Infrastructure: +2 Docker services (Redis container + worker running manage.py run_huey)
Pros:
- Clean, simple decorator API, less boilerplate than Celery
- Single package with built-in Django integration
- Supports periodic tasks, task pipelines, task locking
- Lightweight and fast
- Well-maintained (10+ years, single primary author)
Cons:
- Requires Redis (new infrastructure dependency we don't currently have)
- Smaller ecosystem, no built-in web dashboard
- Single-process consumer model limits horizontal scaling
Option 5: Celery + Redis
The industry-standard distributed task queue for Python/Django.
Infrastructure: +2 Docker services (Redis + Celery worker). Optional +1 for Celery Beat (scheduled tasks).
Pros:
- Most mature and well-documented option (15+ years, used by Instagram, Mozilla, Adyen)
- Excellent retry support: automatic retries, exponential backoff, dead letter queues
- Excellent monitoring: Flower web dashboard, django-celery-results admin
- Handles complex workflows (chains, groups, chords)
- Easy to scale horizontally
Cons:
- Requires Redis (new infrastructure dependency)
- Most boilerplate to set up (celery.py, broker config, worker management)

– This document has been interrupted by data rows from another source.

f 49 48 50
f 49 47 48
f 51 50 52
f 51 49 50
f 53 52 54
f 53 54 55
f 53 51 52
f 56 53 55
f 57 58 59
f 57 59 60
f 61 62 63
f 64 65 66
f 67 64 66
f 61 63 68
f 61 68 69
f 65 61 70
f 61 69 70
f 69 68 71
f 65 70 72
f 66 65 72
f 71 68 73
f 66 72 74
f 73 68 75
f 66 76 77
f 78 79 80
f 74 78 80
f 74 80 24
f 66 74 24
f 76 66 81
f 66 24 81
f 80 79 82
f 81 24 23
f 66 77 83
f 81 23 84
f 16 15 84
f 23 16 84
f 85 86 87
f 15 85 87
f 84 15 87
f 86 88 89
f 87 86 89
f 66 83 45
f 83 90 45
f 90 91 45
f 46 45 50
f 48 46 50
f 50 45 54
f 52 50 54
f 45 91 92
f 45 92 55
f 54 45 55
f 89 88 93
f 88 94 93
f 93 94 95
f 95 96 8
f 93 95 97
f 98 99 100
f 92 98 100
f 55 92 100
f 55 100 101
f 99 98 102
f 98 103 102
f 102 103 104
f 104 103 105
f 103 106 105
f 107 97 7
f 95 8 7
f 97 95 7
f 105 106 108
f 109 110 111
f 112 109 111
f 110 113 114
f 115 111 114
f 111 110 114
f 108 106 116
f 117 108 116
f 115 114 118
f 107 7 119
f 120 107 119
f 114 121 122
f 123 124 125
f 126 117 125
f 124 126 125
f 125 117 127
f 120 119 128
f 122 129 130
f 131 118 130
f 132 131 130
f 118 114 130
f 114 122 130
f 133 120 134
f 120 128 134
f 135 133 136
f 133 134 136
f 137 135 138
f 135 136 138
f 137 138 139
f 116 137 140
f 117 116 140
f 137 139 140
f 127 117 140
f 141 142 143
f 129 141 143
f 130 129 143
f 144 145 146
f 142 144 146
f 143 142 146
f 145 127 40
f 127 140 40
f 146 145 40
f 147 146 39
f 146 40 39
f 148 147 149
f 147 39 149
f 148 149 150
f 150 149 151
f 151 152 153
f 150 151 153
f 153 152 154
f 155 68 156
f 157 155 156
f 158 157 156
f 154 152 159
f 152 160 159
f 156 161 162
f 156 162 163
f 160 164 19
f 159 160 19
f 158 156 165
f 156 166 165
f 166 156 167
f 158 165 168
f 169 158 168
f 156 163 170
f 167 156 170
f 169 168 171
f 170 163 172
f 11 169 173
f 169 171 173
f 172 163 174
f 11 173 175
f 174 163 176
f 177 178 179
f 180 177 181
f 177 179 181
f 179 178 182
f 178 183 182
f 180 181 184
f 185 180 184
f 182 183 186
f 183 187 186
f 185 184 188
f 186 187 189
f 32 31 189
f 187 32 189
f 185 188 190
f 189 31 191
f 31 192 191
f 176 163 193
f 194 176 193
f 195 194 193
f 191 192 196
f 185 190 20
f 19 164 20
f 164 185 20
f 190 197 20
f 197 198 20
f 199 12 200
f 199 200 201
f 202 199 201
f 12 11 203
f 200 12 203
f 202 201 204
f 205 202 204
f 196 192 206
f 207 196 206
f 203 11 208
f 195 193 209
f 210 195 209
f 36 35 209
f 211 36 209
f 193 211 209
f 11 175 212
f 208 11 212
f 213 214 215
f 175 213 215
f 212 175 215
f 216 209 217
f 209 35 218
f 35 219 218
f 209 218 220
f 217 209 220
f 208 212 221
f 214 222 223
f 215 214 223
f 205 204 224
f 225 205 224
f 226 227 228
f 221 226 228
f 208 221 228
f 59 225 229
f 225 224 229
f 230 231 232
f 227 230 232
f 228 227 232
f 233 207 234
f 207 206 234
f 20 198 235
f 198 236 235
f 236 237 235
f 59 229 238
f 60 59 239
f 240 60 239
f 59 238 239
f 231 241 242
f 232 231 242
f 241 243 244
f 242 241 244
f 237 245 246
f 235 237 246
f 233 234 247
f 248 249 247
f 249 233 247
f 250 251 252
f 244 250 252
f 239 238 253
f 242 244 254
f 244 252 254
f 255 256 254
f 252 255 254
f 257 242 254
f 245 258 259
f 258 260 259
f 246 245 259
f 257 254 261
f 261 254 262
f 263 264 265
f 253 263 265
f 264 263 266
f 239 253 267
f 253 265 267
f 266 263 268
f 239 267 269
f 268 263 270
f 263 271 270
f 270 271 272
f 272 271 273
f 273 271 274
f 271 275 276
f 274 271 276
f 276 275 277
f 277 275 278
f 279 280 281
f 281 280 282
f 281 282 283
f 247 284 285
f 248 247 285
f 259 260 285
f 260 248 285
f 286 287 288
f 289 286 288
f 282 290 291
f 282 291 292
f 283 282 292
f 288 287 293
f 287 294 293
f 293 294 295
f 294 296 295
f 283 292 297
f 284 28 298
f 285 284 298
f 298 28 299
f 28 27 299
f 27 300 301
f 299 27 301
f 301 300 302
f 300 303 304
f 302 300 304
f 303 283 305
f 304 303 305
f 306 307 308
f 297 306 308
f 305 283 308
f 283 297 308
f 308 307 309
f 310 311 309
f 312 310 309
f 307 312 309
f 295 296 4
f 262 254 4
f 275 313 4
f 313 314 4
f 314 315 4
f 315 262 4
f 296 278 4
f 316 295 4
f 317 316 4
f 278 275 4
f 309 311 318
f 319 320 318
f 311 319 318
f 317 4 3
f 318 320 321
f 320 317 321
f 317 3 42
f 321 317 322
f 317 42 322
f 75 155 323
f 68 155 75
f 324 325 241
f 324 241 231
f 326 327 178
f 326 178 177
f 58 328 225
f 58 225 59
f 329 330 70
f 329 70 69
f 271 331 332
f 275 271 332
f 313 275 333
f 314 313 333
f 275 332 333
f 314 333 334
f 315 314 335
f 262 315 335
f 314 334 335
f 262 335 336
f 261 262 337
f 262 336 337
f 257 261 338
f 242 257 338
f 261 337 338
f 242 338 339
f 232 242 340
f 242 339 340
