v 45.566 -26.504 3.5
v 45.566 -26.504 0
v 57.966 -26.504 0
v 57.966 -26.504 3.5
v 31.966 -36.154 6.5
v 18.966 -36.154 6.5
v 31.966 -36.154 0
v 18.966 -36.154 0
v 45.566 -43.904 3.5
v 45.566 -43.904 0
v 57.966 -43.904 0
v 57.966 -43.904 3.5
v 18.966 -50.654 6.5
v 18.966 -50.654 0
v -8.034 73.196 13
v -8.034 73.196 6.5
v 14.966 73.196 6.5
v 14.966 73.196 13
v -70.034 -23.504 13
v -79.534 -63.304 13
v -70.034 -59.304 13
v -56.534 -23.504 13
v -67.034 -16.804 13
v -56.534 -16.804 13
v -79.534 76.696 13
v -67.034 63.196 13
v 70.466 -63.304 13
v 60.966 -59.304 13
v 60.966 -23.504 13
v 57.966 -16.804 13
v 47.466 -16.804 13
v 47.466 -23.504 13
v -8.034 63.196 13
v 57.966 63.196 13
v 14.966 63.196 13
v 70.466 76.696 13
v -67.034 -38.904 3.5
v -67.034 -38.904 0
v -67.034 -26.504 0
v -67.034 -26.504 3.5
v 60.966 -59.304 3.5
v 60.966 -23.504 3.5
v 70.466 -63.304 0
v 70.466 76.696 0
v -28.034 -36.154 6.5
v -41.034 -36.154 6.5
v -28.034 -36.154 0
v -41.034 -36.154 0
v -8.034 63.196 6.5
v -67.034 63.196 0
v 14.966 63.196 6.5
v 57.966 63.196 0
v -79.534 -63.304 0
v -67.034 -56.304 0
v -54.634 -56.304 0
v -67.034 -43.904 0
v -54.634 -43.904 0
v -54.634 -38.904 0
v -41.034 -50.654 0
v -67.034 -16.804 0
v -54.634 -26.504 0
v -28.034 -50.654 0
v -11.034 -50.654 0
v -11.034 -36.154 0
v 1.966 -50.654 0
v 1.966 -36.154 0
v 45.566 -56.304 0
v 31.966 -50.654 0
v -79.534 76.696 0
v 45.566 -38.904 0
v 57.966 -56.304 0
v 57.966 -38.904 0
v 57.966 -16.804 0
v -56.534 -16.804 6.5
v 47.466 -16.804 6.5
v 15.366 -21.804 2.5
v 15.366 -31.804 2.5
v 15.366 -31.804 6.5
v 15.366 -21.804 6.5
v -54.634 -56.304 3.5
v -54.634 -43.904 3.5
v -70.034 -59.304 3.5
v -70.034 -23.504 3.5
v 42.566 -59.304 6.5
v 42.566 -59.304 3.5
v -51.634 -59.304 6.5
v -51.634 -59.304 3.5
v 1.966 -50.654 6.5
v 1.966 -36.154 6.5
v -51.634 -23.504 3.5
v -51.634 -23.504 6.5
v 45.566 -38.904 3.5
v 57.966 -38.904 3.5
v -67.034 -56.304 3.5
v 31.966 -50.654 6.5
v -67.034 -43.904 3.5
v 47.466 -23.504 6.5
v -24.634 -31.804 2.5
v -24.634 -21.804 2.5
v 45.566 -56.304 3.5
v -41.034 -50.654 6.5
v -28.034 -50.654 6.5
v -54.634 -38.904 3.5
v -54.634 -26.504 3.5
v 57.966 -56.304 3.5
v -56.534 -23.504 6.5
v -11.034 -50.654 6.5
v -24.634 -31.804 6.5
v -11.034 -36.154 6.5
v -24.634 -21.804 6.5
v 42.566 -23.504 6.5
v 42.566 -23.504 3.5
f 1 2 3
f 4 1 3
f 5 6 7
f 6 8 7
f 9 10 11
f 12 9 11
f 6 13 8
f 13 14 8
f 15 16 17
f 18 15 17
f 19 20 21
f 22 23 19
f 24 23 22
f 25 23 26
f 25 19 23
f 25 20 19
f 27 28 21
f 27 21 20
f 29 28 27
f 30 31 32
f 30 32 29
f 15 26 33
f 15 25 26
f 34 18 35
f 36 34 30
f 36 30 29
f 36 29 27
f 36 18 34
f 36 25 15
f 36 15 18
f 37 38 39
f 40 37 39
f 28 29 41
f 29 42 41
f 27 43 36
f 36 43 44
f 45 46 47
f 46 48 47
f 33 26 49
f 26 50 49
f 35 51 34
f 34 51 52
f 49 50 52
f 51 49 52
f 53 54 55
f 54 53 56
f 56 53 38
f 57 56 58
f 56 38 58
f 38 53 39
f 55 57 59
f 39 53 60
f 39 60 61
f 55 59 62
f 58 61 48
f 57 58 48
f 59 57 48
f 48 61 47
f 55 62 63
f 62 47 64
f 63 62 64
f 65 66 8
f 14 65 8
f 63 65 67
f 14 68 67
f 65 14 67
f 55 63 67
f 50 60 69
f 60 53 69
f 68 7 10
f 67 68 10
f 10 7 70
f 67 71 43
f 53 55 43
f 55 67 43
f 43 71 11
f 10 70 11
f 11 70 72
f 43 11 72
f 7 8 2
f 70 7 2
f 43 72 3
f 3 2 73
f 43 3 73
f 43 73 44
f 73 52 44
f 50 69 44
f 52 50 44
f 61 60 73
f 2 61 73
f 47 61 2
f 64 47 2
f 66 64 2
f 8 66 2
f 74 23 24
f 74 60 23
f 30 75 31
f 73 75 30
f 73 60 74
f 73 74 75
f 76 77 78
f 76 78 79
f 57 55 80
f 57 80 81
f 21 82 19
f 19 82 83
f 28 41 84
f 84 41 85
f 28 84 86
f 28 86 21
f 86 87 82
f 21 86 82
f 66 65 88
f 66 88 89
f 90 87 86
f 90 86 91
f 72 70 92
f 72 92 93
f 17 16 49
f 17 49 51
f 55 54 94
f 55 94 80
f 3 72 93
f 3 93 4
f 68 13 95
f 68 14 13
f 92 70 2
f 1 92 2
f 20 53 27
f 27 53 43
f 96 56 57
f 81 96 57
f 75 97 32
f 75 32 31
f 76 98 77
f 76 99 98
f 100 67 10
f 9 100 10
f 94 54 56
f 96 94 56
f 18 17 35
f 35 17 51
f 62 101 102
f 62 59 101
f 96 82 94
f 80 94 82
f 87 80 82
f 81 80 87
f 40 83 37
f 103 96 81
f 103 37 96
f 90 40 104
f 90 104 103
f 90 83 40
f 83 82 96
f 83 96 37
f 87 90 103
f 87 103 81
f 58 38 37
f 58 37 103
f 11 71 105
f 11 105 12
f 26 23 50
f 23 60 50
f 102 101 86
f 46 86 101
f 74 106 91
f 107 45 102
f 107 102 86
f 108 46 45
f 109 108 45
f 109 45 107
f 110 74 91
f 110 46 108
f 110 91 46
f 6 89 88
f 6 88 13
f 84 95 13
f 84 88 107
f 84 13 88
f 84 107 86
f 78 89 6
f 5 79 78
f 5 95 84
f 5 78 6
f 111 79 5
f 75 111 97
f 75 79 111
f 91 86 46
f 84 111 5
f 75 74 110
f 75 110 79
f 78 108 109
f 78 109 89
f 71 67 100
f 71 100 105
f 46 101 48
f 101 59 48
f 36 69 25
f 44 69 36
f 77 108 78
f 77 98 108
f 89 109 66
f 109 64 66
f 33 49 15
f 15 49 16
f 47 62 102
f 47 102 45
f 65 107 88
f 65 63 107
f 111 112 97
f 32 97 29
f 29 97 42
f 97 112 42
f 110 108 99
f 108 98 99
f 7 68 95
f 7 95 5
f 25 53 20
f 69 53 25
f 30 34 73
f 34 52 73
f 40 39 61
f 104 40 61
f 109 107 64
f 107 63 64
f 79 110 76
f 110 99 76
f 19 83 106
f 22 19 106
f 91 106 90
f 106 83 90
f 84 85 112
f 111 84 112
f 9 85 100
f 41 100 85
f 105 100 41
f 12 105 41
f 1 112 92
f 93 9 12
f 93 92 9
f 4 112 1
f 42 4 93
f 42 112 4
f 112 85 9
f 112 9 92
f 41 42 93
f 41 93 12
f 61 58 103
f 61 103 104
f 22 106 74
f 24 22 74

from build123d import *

# Parameters (mm, degrees)
F0_W     = 150
F0_H     = 140
F0_W_2   = 18.4
F0_H_2   = 35.8
F0_W_3   = 13
F0_H_3   = 14.5
F0_W_4   = 40
F0_H_4   = 10
F0_W_5   = 22.4
F0_W_6   = 125
F0_H_5   = 80
F0_W_7   = 12.4
F0_H_6   = 12.4
F1_DEPTH = 2.5
F2_DEPTH = 3.5
F3_W     = 150
F3_H     = 140
F3_W_2   = 18.4
F3_H_2   = 35.8
F3_W_3   = 13
F3_H_3   = 14.5
F3_W_4   = 40
F3_H_4   = 10
F3_W_5   = 125
F3_H_5   = 80
F4_DEPTH = 3
F5_W     = 150
F5_H     = 140
F5_W_2   = 10.5
F5_H_2   = 6.7
F6_DEPTH = 6.5


with BuildPart() as f1:
    # F0 (on Top) → F1 (new body)
    with BuildSketch(Plane.XY):
        with Locations((-4.5338094234, 6.6955923945)):
            Rectangle(F0_W, F0_H)
        with Locations((-60.8338094234, -41.4044076055)):
            Rectangle(F0_W_2, F0_H_2, mode=Mode.SUBTRACT)
        with Locations((-34.5338094234, -43.4044076055)):
            Rectangle(F0_W_3, F0_H_3, mode=Mode.SUBTRACT)
        with Locations((-4.6338094234, -26.8044076055)):
            Rectangle(F0_W_4, F0_H_4, mode=Mode.SUBTRACT)
        with Locations((-4.5338094234, -43.4044076055)):
            Rectangle(F0_W_3, F0_H_3, mode=Mode.SUBTRACT)
        with Locations((25.4661905766, -43.4044076055)):
            Rectangle(F0_W_3, F0_H_3, mode=Mode.SUBTRACT)
        with Locations((51.7661905766, -41.4044076055)):
            Rectangle(F0_W_5, F0_H_2, mode=Mode.SUBTRACT)
        with Locations((-4.5338094234, 23.1955923945)):
            Rectangle(F0_W_6, F0_H_5, mode=Mode.SUBTRACT)
        with Locations((-60.8338094234, -41.4044076055)):
            Rectangle(F0_W_2, F0_H_2)
        with Locations((-60.8338094234, -50.1044076055)):
            Rectangle(F0_W_7, F0_H_6, mode=Mode.SUBTRACT)
        with Locations((-60.8338094234, -32.7044076055)):
            Rectangle(F0_W_7, F0_H_6, mode=Mode.SUBTRACT)
        with Locations((51.7661905766, -41.4044076055)):
            Rectangle(F0_W_5, F0_H_2)
        with Locations((51.7661905766, -50.1044076055)):
            Rectangle(F0_W_7, F0_H_6, mode=Mode.SUBTRACT)
        with Locations((51.7661905766, -32.7044076055)):
            Rectangle(F0_W_7, F0_H_6, mode=Mode.SUBTRACT)
        with Locations((-4.6338094234, -26.8044076055)):
            Rectangle(F0_W_4, F0_H_4)
    extrude(amount=F1_DEPTH)

    # F0 (on Top) → F2 (join)
    with BuildSketch(Plane.XY):
        with Locations((-4.5338094234, 6.6955923945)):
            Rectangle(F0_W, F0_H)
        with Locations((-60.8338094234, -41.4044076055)):
            Rectangle(F0_W_2, F0_H_2, mode=Mode.SUBTRACT)
        with Locations((-34.5338094234, -43.4044076055)):
            Rectangle(F0_W_3, F0_H_3, mode=Mode.SUBTRACT)
        with Locations((-4.6338094234, -26.8044076055)):
            Rectangle(F0_W_4, F0_H_4, mode=Mode.SUBTRACT)
        with Locations((-4.5338094234, -43.4044076055)):
            Rectangle(F0_W_3, F0_H_3, mode=Mode.SUBTRACT)
        with Locations((25.4661905766, -43.4044076055)):
            Rectangle(F0_W_3, F0_H_3, mode=Mode.SUBTRACT)
        with Locations((51.7661905766, -41.4044076055)):
            Rectangle(F0_W_5, F0_H_2, mode=Mode.SUBTRACT)
        with Locations((-4.5338094234, 23.1955923945)):
            Rectangle(F0_W_6, F0_H_5, mode=Mode.SUBTRACT)
        with Locations((-60.8338094234, -41.4044076055)):
            Rectangle(F0_W_2, F0_H_2)
        with Locations((-60.8338094234, -50.1044076055)):
            Rectangle(F0_W_7, F0_H_6, mode=Mode.SUBTRACT)
        with Locations((-60.8338094234, -32.7044076055)):
            Rectangle(F0_W_7, F0_H_6, mode=Mode.SUBTRACT)
        with Locations((51.7661905766, -41.4044076055)):
            Rectangle(F0_W_5, F0_H_2)
        with Locations((51.7661905766, -50.1044076055)):
            Rectangle(F0_W_7, F0_H_6, mode=Mode.SUBTRACT)
        with Locations((51.7661905766, -32.7044076055)):
            Rectangle(F0_W_7, F0_H_6, mode=Mode.SUBTRACT)
    extrude(amount=F2_DEPTH)

    # F3 (on face) → F4 (join)
    with BuildSketch(Plane.XY.offset(3.5)):
        with Locations((-4.5338094234, 6.6955923945)):
            Rectangle(F3_W, F3_H)
        with Locations((-60.8338094234, -41.4044076055)):
            Rectangle(F3_W_2, F3_H_2, mode=Mode.SUBTRACT)
        with Locations((-34.5338094234, -43.4044076055)):
            Rectangle(F3_W_3, F3_H_3, mode=Mode.SUBTRACT)
        with Locations((-4.6338094234, -26.8044076055)):
            Rectangle(F3_W_4, F3_H_4, mode=Mode.SUBTRACT)
        with Locations((-4.5338094234, -43.4044076055)):
            Rectangle(F3_W_3, F3_H_3, mode=Mode.SUBTRACT)
        with Locations((25.4661905766, -43.4044076055)):
            Rectangle(F3_W_3, F3_H_3, mode=Mode.SUBTRACT)
        with Locations((51.7661905766, -41.4044076055)):
            Rectangle(F3_W_2, F3_H_2, mode=Mode.SUBTRACT)
        with Locations((-4.5338094234, 23.1955923945)):
            Rectangle(F3_W_5, F3_H_5, mode=Mode.SUBTRACT)
    extrude(amount=F4_DEPTH)

    # F5 (on face) → F6 (join)
    with BuildSketch(Plane.XY.offset(6.5)):
        with Locations((-4.5338094234, 6.6955923945)):
            Rectangle(F5_W, F5_H)
        Polygon((-67.0338094234, -23.5044076055), (-67.0338094234, -16.8044076055), (-67.0338094234, 63.1955923945), (-8.0338094234, 63.1955923945), (-8.0338094234, 73.1955923945), (14.9661905766, 73.1955923945), (14.9661905766, 63.1955923945), (57.9661905766, 63.1955923945), (57.9661905766, -16.8044076055), (57.9661905766, -23.5044076055), (60.9661905766, -23.5044076055), (60.9661905766, -59.3044076055), (42.5661905766, -59.3044076055), (-51.6338094234, -59.3044076055), (-70.0338094234, -59.3044076055), (-70.0338094234, -23.5044076055), align=None, mode=Mode.SUBTRACT)
        with Locations((-61.7838094234, -20.1544076055)):
            Rectangle(F5_W_2, F5_H_2)
        with Locations((52.7161905766, -20.1544076055)):
            Rectangle(F5_W_2, F5_H_2)
    extrude(amount=F6_DEPTH)


solid = f1.part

- Overkill for our low-volume, staff-triggered workload
- Configuration can be finicky (serializers, timezones, result backends)
Comparison
| Criteria | django.tasks | subprocess + CronJob | Django-Q2 | Huey | Celery |
|---|---|---|---|---|---|
| New deps | 1 (django-tasks) |
0 | 1 (django-q2) |
1 (huey) |
2-3 |
| New Docker services | +1 (worker) | 0 | +1 (worker) | +2 (Redis + worker) | +2-3 (Redis + worker + beat) |
| Requires Redis | No | No | No | Yes | Yes |
| Task persistence | Yes (DB) | No | Yes (DB) | Yes (Redis) | Yes (Redis) |
| Retry support | Manual (CronJob) | Manual | Built-in | Built-in | Excellent |
| Admin UI | Basic | None | Best | Basic | Good (Flower) |
| Setup complexity | Low | Trivial | Low | Low-medium | Medium-high |
| Maturity | New (~1 year) | N/A | Good (~8 years) | Good (10+ years) | Excellent (15+ years) |
Recommendation: django.tasks + django-tasks DatabaseBackend
For our workload (staff-triggered, low volume, ~10 users, PostgreSQL already in place, no Redis), django.tasks is the best fit:
- No Redis. We already have PostgreSQL and don't need a new infrastructure dependency for our throughput level
- First-party API.
django.tasksis in Django core. Task code is portable across backends, so if we ever need to swap to a Redis-backed backend, we change one setting - Minimal overhead. Only one extra container running the same Django image with a different command
- Future-proof. This is where Django is heading (DEP 14). Investing in this API now means we're aligned with the ecosystem as it matures
- The retry gap is solvable. A management command + K8s CronJob that resets stuck tasks every 15 minutes gives us effective retry behavior. This pattern works regardless of which backend we choose
- Right-sized. Celery and Huey solve problems we don't have (high throughput, complex routing, distributed workers). Django-Q2 is solid but is a third-party library betting against Django's own standardization direction. subprocess works but has no persistence or visibility
If the ecosystem proves too young or we hit limitations, Django-Q2 is the natural fallback (also PostgreSQL-based, no Redis, good admin UI).